§ WHAT YOU SHOULD DO: Count every line in the entries that holds the word "extrude". The reply is that count alone.

§ Dataset entries:
[Start of section]

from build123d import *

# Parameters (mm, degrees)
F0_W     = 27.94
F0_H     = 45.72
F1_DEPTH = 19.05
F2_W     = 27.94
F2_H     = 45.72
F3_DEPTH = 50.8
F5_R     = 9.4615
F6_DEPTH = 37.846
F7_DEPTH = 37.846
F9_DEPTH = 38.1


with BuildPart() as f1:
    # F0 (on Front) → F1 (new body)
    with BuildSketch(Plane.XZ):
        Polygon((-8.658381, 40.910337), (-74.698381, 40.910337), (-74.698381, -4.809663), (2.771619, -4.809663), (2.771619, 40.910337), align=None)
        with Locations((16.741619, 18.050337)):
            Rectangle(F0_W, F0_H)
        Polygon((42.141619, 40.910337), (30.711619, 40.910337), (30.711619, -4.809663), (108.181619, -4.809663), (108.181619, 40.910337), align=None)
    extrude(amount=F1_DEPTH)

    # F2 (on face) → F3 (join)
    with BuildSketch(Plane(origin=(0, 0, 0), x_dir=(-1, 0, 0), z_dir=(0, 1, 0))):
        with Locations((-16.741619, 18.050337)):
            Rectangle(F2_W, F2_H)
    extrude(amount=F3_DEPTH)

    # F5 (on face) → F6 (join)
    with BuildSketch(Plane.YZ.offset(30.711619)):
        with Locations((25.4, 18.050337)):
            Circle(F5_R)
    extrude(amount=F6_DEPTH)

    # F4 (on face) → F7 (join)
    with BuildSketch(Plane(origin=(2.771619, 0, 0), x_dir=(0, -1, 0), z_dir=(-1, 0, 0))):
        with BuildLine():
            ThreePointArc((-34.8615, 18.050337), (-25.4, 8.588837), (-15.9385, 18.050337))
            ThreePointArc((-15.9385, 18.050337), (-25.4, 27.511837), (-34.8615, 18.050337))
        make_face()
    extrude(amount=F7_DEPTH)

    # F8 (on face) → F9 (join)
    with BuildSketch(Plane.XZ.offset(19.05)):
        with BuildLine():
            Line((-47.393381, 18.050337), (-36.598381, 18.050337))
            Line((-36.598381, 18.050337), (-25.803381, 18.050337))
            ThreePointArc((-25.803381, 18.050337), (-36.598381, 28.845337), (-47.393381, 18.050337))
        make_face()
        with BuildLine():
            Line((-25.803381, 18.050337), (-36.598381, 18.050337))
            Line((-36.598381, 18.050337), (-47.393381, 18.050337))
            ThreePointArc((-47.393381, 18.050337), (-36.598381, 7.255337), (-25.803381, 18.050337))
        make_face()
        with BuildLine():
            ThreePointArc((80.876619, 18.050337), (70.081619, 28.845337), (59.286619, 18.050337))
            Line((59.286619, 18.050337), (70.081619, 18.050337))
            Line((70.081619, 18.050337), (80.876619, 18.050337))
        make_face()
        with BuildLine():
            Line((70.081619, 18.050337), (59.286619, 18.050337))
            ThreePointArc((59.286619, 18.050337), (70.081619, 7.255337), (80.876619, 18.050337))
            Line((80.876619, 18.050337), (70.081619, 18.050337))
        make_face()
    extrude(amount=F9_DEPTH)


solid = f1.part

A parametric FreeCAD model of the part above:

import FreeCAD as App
import Part
import Sketcher

V = App.Vector
Q = App.Units.Quantity


def add_polygon(sketch, points):
    """Adds a closed chain of lines whose ends are joined by coincident constraints."""
    first, n = sketch.GeometryCount, len(points)
    for a, b in zip(points, points[1:] + points[:1]):
        sketch.addGeometry(Part.LineSegment(App.Vector(*a, 0), App.Vector(*b, 0)), False)
    for i in range(n):
        sketch.addConstraint(Sketcher.Constraint("Coincident", first + i, 2, first + (i + 1) % n, 1))

doc = App.newDocument("Part")
body = doc.addObject("PartDesign::Body", "Body")

# Sketch on XZ plane
sketch1 = body.newObject("Sketcher::SketchObject", "Sketch")
sketch1.AttachmentSupport = (doc.getObject("XZ_Plane"), [""])
sketch1.MapMode = "FlatFace"
add_polygon(sketch1, [(-75, 41), (-75, -5), (108, -5), (108, 41)])  # lines 0-3
sketch1.addConstraint([
    Sketcher.Constraint("Vertical", 0),
    Sketcher.Constraint("Horizontal", 1),
    Sketcher.Constraint("Vertical", 2),
    Sketcher.Constraint("Horizontal", 3),
    Sketcher.Constraint("DistanceX", 1, 1, 1, 2, Q("7.2 in")),
    Sketcher.Constraint("DistanceY", 0, 2, 0, 1, Q("1.8 in")),
    Sketcher.Constraint("DistanceX", 0, 2, -1, 1, Q("74.698381 mm")),
    Sketcher.Constraint("DistanceY", 0, 2, -1, 1, Q("4.809663 mm")),
])
pad1 = body.newObject("PartDesign::Pad", "Pad")
pad1.Profile = sketch1
pad1.Length = Q("0.75 in")

# Sketch on XZ plane
sketch2 = body.newObject("Sketcher::SketchObject", "Sketch001")
sketch2.AttachmentSupport = (doc.getObject("XZ_Plane"), [""])
sketch2.MapMode = "FlatFace"
add_polygon(sketch2, [(31, 41), (31, -5), (3, -5), (3, 41)])  # lines 0-3
sketch2.addConstraint([
    Sketcher.Constraint("Vertical", 0),
    Sketcher.Constraint("Horizontal", 1),
    Sketcher.Constraint("Vertical", 2),
    Sketcher.Constraint("Horizontal", 3),
    Sketcher.Constraint("DistanceX", 1, 2, 1, 1, Q("1.1 in")),
    Sketcher.Constraint("DistanceY", 0, 2, 0, 1, Q("1.8 in")),
    Sketcher.Constraint("DistanceX", -1, 1, 0, 2, Q("30.711619 mm")),
    Sketcher.Constraint("DistanceY", 0, 2, -1, 1, Q("4.809663 mm")),
])
pad2 = body.newObject("PartDesign::Pad", "Pad001")
pad2.Profile = sketch2
pad2.Length = Q("2 in")
pad2.Reversed = True

# Sketch on YZ plane
sketch3 = body.newObject("Sketcher::SketchObject", "Sketch002")
sketch3.AttachmentSupport = (doc.getObject("YZ_Plane"), [""])
sketch3.MapMode = "FlatFace"
sketch3.AttachmentOffset = App.Placement(V(0, 0, 30.711619), App.Rotation())
sketch3.addGeometry(Part.Circle(V(25, 18, 0), V(0, 0, 1), 9), False)
sketch3.addConstraint([
    Sketcher.Constraint("Diameter", 0, Q("0.745 in")),
    Sketcher.Constraint("DistanceX", -1, 1, 0, 3, Q("1 in")),
    Sketcher.Constraint("DistanceY", -1, 1, 0, 3, Q("18.050337 mm")),
])
pad3 = body.newObject("PartDesign::Pad", "Pad002")
pad3.Profile = sketch3
pad3.Length = Q("1.49 in")

# Sketch on YZ plane
sketch4 = body.newObject("Sketcher::SketchObject", "Sketch003")
sketch4.AttachmentSupport = (doc.getObject("YZ_Plane"), [""])
sketch4.MapMode = "FlatFace"
sketch4.AttachmentOffset = App.Placement(V(0, 0, 2.771619), App.Rotation())
sketch4.addGeometry(Part.Circle(V(25, 18, 0), V(0, 0, 1), 9), False)
sketch4.addConstraint([
    Sketcher.Constraint("Diameter", 0, Q("0.745 in")),
    Sketcher.Constraint("DistanceX", -1, 1, 0, 3, Q("1 in")),
    Sketcher.Constraint("DistanceY", -1, 1, 0, 3, Q("18.050337 mm")),
])
pad4 = body.newObject("PartDesign::Pad", "Pad003")
pad4.Profile = sketch4
pad4.Length = Q("1.49 in")
pad4.Reversed = True

# Sketch on XZ plane
sketch5 = body.newObject("Sketcher::SketchObject", "Sketch004")
sketch5.AttachmentSupport = (doc.getObject("XZ_Plane"), [""])
sketch5.MapMode = "FlatFace"
sketch5.AttachmentOffset = App.Placement(V(0, 0, 0.75 * 25.4), App.Rotation())
sketch5.addGeometry([
    Part.Circle(V(-37, 18, 0), V(0, 0, 1), 11),
    Part.Circle(V(70, 18, 0), V(0, 0, 1), 11),
], False)
sketch5.addConstraint([
    Sketcher.Constraint("Equal", 0, 1),
    Sketcher.Constraint("Horizontal", 0, 3, 1, 3),
    Sketcher.Constraint("Diameter", 0, Q("0.85 in")),
    Sketcher.Constraint("DistanceX", 0, 3, 1, 3, Q("4.2 in")),
    Sketcher.Constraint("DistanceX", 0, 3, -1, 1, Q("36.598381 mm")),
    Sketcher.Constraint("DistanceY", -1, 1, 0, 3, Q("18.050337 mm")),
])
pad5 = body.newObject("PartDesign::Pad", "Pad004")
pad5.Profile = sketch5
pad5.Length = Q("1.5 in")

doc.recompute()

[End of section]

§ WRITTEN ANSWER: 5